Download raw body.
pcb notify socket lock
On Fri, Feb 07, 2025 at 11:31:35PM +0100, Alexander Bluhm wrote:
> Hi,
>
> The notify and ctlinput functions are not MP safe yet. They need
> socket lock which can be aquired by in_pcbsolock_ref(). Of course
> in_pcbnotifyall() has to be called without holding a socket lock
> then.
>
> Rename in_rtchange() to in_pcbrtchange().

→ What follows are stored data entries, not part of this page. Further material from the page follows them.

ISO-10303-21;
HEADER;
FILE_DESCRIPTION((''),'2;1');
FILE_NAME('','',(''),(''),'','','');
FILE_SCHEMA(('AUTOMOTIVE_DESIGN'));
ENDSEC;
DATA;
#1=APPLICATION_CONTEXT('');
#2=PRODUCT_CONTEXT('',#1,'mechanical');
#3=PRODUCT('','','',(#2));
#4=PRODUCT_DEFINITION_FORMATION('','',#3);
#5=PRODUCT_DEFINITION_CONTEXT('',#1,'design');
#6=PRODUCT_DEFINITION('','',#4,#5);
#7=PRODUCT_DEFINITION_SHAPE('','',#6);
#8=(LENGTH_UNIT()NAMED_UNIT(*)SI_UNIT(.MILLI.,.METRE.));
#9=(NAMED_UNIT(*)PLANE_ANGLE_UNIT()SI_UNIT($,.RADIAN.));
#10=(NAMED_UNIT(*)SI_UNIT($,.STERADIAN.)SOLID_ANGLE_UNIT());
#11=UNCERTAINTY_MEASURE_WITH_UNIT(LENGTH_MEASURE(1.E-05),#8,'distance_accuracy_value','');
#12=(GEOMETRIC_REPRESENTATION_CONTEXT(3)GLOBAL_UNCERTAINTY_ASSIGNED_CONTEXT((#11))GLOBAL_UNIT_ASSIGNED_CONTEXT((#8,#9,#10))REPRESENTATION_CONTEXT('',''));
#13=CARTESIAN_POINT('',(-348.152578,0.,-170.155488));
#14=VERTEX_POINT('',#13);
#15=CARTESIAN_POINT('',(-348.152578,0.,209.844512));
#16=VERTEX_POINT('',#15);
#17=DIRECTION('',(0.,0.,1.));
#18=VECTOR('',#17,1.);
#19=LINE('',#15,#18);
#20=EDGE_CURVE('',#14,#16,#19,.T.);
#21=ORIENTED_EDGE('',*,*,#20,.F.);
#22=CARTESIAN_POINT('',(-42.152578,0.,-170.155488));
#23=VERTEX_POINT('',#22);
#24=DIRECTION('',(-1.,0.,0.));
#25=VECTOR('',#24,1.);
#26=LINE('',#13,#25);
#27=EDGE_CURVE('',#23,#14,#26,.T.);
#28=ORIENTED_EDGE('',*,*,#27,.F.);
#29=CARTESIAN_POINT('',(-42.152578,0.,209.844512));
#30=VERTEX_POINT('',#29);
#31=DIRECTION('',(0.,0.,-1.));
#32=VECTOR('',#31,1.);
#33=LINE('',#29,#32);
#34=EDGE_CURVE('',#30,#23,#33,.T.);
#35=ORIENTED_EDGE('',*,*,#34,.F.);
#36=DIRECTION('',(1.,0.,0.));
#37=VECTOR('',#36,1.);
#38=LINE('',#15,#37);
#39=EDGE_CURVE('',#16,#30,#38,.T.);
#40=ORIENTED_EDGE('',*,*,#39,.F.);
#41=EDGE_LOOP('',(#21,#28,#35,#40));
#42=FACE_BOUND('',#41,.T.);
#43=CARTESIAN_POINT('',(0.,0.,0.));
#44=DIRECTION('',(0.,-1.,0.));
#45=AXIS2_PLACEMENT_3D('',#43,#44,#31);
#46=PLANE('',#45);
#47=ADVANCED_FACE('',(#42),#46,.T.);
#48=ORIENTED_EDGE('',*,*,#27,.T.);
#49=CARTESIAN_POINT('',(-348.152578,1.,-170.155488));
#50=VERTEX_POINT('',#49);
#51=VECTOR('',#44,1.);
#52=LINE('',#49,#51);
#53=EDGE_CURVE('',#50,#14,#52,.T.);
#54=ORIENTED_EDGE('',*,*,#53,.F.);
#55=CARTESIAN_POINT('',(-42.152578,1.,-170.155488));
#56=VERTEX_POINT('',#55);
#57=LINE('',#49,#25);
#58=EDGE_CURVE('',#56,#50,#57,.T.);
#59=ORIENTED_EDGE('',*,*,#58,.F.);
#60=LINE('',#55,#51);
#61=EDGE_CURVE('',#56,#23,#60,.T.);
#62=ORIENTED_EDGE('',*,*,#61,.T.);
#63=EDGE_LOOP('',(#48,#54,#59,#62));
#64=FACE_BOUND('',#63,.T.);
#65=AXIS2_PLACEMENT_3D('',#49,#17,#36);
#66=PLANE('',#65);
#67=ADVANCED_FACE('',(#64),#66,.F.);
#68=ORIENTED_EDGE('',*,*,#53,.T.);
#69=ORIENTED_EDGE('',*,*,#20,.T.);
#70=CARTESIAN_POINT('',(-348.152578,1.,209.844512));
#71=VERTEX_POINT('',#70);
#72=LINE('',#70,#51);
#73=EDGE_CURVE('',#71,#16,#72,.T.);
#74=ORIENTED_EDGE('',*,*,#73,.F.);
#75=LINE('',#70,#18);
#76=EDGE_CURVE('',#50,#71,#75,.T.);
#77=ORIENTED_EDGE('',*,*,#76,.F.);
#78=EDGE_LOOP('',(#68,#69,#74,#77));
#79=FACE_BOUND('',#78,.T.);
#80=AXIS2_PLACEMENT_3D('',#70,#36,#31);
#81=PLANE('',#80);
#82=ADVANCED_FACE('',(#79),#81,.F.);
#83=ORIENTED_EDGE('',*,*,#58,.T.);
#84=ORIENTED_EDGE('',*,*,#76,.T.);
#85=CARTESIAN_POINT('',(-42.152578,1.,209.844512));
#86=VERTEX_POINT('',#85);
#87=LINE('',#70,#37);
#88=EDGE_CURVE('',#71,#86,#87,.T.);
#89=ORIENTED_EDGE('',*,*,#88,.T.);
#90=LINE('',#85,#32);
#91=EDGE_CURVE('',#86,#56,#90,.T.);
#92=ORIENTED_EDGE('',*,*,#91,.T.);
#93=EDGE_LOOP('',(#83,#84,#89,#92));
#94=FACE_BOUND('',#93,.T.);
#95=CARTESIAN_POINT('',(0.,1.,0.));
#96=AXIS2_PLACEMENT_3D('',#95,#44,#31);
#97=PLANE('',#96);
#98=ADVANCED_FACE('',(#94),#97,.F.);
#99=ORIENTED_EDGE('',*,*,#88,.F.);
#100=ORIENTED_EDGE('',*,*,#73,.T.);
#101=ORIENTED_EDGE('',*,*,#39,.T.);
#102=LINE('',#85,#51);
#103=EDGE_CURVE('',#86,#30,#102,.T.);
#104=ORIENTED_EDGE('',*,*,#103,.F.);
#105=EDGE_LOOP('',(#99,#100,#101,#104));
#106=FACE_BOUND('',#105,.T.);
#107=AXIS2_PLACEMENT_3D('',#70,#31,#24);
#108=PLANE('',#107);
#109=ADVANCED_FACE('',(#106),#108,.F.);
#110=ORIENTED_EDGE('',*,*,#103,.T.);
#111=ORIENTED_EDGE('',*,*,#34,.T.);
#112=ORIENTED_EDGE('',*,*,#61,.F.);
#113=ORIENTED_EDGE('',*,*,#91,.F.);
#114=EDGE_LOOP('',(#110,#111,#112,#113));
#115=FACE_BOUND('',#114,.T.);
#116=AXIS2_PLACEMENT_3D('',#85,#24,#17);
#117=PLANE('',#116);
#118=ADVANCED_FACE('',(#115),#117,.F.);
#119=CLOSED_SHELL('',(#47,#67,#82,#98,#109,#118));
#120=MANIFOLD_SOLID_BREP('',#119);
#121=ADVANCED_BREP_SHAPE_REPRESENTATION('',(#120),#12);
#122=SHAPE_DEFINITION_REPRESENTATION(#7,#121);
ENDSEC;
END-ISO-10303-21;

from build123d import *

# Parameters (mm, degrees)
SKETCH1_W           = 306
SKETCH1_H           = 380
BOSS_EXTRUDE1_DEPTH = 1


with BuildPart() as part:
    # Sketch1 → Boss-Extrude1 (new body)
    with BuildSketch(Plane(origin=(0, 0, 0), x_dir=(1, 0, 0), z_dir=(0, 1, 0))):
        with Locations((-195.152577929, -19.84451151)):
            Rectangle(SKETCH1_W, SKETCH1_H)
    extrude(amount=BOSS_EXTRUDE1_DEPTH)


solid = part.part
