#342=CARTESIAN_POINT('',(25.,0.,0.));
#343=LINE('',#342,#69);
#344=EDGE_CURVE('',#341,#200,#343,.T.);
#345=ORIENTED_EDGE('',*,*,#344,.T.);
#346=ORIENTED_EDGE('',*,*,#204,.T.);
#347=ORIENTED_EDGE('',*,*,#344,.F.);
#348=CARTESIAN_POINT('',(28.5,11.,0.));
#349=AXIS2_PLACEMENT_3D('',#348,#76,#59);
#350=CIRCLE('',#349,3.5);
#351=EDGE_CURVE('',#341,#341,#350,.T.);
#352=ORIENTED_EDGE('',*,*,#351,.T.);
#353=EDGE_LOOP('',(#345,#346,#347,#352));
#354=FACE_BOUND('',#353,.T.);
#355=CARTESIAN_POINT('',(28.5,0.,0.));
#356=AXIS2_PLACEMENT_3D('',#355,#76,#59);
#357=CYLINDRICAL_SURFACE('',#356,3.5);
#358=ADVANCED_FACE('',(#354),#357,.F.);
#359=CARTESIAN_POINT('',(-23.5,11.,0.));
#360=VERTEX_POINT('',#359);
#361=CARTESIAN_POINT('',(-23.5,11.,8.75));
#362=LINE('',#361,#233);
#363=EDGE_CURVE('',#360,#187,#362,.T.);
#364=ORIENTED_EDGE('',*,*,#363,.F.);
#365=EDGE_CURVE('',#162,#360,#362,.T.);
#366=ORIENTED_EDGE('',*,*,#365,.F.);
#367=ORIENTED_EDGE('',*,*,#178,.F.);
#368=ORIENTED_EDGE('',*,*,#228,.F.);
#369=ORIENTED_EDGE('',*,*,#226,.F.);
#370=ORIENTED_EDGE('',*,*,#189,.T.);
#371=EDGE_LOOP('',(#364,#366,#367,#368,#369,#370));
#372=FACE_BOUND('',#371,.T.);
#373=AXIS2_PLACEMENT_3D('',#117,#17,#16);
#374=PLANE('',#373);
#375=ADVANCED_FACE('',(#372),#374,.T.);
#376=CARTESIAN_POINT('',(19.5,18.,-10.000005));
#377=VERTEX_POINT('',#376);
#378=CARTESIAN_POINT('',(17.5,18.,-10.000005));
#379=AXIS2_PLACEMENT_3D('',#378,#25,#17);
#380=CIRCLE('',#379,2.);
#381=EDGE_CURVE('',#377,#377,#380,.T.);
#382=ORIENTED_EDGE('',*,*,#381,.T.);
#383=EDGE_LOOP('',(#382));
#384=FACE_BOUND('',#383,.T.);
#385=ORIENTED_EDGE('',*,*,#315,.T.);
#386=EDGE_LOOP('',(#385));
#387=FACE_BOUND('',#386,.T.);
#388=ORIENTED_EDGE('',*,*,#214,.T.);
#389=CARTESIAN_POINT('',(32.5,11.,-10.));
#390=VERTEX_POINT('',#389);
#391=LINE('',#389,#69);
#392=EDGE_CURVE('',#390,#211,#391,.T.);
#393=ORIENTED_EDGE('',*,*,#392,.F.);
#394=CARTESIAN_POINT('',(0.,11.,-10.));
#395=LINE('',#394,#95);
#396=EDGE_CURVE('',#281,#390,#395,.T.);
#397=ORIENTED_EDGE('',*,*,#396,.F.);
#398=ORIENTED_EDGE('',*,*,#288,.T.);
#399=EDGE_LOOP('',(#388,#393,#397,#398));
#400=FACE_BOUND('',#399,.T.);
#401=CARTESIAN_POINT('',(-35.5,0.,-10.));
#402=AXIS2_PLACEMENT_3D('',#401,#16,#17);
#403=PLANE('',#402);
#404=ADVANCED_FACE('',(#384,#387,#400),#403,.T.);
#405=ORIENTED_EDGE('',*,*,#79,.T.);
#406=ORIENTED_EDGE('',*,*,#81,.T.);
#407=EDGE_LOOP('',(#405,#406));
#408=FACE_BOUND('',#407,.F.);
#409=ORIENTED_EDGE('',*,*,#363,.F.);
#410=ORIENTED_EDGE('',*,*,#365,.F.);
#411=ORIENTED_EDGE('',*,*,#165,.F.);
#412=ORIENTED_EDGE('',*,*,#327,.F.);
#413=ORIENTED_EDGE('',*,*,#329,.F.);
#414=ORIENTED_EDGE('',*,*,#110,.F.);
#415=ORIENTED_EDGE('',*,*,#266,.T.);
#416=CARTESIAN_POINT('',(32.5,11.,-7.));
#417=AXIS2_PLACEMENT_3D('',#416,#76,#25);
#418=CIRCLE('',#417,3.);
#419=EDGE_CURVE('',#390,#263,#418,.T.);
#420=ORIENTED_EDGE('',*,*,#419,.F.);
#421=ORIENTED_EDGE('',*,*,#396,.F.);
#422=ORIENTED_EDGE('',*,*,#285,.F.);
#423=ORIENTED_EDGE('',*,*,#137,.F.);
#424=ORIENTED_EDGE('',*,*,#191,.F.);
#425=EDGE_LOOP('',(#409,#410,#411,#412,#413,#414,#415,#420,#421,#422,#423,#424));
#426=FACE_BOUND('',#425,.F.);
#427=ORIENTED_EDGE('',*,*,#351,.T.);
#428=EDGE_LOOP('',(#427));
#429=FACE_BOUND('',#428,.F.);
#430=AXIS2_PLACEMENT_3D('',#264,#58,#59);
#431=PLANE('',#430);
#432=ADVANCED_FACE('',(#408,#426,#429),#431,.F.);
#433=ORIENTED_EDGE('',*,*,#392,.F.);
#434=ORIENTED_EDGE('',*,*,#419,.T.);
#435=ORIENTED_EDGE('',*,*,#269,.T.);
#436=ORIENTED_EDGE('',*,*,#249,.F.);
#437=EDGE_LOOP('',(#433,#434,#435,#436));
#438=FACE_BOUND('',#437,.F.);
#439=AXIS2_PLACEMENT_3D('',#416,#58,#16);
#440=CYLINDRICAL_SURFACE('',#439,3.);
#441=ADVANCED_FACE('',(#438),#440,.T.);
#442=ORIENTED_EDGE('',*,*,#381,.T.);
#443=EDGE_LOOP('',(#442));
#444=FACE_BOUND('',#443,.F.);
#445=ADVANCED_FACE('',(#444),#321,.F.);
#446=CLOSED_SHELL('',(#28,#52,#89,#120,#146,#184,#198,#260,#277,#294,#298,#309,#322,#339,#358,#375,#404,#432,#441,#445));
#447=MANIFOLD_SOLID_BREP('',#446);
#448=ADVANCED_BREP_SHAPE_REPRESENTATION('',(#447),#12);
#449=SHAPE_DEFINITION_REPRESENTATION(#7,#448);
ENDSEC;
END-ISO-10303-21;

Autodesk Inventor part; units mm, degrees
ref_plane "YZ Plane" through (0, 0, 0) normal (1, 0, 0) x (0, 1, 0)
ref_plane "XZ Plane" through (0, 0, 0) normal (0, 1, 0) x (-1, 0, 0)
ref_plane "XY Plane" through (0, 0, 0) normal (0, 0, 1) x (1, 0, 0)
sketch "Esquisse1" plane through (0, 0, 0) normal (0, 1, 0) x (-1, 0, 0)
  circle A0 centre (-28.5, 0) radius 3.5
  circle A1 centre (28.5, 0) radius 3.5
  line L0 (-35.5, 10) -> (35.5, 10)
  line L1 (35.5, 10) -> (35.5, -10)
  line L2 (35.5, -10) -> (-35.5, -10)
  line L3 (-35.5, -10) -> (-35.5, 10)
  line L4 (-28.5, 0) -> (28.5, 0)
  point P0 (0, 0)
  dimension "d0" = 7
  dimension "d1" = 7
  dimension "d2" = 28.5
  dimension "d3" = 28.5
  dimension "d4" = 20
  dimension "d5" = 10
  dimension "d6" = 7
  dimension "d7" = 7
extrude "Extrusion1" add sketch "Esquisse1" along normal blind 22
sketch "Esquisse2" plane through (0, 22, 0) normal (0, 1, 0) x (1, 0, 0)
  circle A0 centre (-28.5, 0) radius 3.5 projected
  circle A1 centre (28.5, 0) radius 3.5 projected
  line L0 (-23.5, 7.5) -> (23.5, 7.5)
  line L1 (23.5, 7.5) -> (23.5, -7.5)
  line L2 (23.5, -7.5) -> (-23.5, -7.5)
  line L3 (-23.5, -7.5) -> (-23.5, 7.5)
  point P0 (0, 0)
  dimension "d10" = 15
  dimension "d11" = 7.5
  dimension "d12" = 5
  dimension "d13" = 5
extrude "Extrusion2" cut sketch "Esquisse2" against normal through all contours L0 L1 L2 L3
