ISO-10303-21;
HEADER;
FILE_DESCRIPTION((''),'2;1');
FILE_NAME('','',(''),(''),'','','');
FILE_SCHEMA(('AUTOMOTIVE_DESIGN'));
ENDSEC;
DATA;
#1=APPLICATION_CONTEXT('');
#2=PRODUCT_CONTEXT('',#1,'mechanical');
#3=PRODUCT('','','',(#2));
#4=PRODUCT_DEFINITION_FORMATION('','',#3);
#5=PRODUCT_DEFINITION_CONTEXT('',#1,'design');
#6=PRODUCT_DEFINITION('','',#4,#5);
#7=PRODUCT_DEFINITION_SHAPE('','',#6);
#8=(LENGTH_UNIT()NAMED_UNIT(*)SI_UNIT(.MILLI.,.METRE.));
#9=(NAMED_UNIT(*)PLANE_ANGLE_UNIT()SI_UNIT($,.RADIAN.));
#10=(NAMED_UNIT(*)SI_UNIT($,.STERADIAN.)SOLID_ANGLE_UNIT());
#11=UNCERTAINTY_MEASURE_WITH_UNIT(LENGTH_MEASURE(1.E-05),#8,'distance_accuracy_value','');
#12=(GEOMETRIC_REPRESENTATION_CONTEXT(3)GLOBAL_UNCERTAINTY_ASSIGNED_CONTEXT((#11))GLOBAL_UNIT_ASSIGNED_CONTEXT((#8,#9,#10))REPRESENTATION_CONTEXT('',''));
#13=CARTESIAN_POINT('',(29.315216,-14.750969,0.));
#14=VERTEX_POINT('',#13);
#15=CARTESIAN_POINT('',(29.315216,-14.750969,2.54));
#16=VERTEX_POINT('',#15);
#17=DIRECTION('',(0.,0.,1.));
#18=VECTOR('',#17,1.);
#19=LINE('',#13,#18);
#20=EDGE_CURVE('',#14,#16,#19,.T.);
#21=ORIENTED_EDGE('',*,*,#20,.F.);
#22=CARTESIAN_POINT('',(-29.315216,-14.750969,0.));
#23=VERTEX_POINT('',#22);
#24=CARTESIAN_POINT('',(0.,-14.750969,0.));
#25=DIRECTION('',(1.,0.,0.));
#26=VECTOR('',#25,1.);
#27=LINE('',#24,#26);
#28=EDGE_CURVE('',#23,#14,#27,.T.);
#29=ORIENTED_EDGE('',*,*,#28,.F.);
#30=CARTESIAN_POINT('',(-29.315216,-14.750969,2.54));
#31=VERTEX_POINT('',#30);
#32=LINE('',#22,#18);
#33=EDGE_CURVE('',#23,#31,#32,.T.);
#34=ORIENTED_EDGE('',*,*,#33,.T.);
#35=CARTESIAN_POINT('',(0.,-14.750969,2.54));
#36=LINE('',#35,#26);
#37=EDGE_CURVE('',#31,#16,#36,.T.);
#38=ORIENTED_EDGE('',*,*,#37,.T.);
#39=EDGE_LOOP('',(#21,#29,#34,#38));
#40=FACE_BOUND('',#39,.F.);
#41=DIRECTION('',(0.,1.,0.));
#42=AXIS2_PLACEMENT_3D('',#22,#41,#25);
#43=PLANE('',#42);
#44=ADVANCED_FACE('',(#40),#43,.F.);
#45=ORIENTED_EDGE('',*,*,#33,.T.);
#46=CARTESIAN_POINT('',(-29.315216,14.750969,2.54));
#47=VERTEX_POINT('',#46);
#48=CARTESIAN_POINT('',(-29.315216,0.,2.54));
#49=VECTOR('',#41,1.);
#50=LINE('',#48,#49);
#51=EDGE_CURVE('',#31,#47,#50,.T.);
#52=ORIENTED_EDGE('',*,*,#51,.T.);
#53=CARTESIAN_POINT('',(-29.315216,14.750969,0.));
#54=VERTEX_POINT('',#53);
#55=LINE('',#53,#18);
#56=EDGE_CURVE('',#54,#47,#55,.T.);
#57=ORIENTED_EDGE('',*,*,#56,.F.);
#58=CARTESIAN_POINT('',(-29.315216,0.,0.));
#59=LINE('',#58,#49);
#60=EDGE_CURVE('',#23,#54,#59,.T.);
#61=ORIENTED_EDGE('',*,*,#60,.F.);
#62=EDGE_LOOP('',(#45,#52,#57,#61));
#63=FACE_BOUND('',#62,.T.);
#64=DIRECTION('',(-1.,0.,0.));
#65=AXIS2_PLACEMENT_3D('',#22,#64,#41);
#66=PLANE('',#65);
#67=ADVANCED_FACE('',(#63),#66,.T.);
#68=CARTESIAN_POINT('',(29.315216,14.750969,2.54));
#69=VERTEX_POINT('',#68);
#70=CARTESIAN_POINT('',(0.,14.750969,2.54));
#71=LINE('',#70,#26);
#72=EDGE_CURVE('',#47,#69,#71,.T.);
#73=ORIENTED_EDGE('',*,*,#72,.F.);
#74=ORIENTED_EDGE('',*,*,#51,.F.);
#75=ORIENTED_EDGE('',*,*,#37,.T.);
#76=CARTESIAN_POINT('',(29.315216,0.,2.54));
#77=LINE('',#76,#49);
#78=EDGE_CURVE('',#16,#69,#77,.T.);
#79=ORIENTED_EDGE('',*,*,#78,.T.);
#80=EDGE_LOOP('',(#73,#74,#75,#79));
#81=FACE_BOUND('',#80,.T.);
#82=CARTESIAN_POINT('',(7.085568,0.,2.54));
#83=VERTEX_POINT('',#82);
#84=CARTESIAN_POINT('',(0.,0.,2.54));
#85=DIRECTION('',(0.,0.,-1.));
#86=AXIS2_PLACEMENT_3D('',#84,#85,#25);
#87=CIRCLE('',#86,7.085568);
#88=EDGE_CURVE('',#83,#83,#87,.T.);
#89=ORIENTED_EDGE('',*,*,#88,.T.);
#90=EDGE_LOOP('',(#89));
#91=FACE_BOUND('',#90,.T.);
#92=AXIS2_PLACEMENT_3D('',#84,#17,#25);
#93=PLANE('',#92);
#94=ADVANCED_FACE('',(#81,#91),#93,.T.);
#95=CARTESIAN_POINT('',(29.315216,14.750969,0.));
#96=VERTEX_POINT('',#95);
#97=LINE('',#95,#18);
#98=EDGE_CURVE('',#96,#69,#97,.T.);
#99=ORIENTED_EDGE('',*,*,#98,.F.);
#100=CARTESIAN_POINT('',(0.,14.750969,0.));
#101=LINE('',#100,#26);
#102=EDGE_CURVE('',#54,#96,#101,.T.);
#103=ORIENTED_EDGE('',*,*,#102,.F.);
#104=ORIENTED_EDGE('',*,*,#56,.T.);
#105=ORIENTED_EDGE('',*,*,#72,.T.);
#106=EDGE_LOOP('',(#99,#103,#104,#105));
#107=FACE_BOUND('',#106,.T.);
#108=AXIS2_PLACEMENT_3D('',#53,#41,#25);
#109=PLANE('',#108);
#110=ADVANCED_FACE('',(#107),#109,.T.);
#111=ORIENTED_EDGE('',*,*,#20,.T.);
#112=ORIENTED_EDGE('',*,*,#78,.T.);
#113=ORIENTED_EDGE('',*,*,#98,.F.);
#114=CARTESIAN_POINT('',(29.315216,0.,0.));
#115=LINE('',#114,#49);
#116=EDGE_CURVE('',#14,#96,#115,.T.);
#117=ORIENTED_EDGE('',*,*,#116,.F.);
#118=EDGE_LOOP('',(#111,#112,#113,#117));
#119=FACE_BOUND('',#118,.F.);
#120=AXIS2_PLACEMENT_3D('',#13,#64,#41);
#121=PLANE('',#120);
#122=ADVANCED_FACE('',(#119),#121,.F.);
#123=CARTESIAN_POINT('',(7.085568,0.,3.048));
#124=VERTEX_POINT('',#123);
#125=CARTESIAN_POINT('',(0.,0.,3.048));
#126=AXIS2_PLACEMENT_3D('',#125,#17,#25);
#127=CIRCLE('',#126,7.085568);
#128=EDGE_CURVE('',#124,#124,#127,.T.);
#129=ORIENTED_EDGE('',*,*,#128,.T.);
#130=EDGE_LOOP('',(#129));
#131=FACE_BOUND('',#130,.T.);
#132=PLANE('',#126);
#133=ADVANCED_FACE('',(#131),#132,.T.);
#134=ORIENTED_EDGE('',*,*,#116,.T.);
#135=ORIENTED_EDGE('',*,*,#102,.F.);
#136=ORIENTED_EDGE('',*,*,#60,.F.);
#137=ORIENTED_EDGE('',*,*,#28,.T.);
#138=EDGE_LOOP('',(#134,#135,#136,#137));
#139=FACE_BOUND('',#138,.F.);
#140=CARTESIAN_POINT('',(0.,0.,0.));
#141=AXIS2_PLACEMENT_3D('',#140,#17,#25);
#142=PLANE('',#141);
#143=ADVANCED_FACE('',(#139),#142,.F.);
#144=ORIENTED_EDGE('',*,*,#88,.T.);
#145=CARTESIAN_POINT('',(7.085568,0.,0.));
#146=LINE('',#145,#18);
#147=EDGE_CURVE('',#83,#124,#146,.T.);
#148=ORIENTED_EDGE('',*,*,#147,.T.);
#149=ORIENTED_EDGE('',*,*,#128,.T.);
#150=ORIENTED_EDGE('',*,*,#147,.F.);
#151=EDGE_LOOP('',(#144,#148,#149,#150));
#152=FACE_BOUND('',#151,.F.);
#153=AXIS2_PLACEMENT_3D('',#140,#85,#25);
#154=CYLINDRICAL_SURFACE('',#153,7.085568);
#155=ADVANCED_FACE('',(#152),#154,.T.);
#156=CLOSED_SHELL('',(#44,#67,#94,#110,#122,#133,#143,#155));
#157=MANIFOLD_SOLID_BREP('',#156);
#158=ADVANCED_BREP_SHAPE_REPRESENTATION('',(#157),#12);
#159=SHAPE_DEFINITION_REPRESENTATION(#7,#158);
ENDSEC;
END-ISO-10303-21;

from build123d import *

# Parameters (mm, degrees)
F0_W     = 58.630432
F0_H     = 29.501938
F1_DEPTH = 2.54
F2_R     = 7.085568
F3_DEPTH = 3.048


with BuildPart() as f1:
    # F0 (on Top) → F1 (new body)
    with BuildSketch(Plane.XY):
        Rectangle(F0_W, F0_H)
    extrude(amount=F1_DEPTH)

    # F2 (on Top) → F3 (join)
    with BuildSketch(Plane.XY):
        Circle(F2_R)
    extrude(amount=F3_DEPTH)


solid = f1.part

This is the correct
> namespace and the funtions cares about the inpcb route.
>
> ok?
anyone?
> bluhm
>
> Index: netinet/in_pcb.c
> ===================================================================
> RCS file: /data/mirror/openbsd/cvs/src/sys/netinet/in_pcb.c,v
> diff -u -p -r1.311 in_pcb.c
> --- netinet/in_pcb.c 5 Feb 2025 10:15:10 -0000 1.311
> +++ netinet/in_pcb.c 7 Feb 2025 21:05:40 -0000
> @@ -810,6 +810,8 @@ in_pcbnotifyall(struct inpcbtable *table
> rdomain = rtable_l2(rtable);
> mtx_enter(&table->inpt_mtx);
> while ((inp = in_pcb_iterator(table, inp, &iter)) != NULL) {
> + struct socket *so;
> +
> KASSERT(!ISSET(inp->inp_flags, INP_IPV6));
>
> if (inp->inp_faddr.s_addr != dst->sin_addr.s_addr ||
> @@ -817,7 +819,10 @@ in_pcbnotifyall(struct inpcbtable *table
> continue;
> }
> mtx_leave(&table->inpt_mtx);
> - (*notify)(inp, errno);
> + so = in_pcbsolock_ref(inp);
> + if (so != NULL)
> + (*notify)(inp, errno);
> + in_pcbsounlock_rele(inp, so);
> mtx_enter(&table->inpt_mtx);
> }
> mtx_leave(&table->inpt_mtx);
> @@ -866,8 +871,10 @@ in_losing(struct inpcb *inp)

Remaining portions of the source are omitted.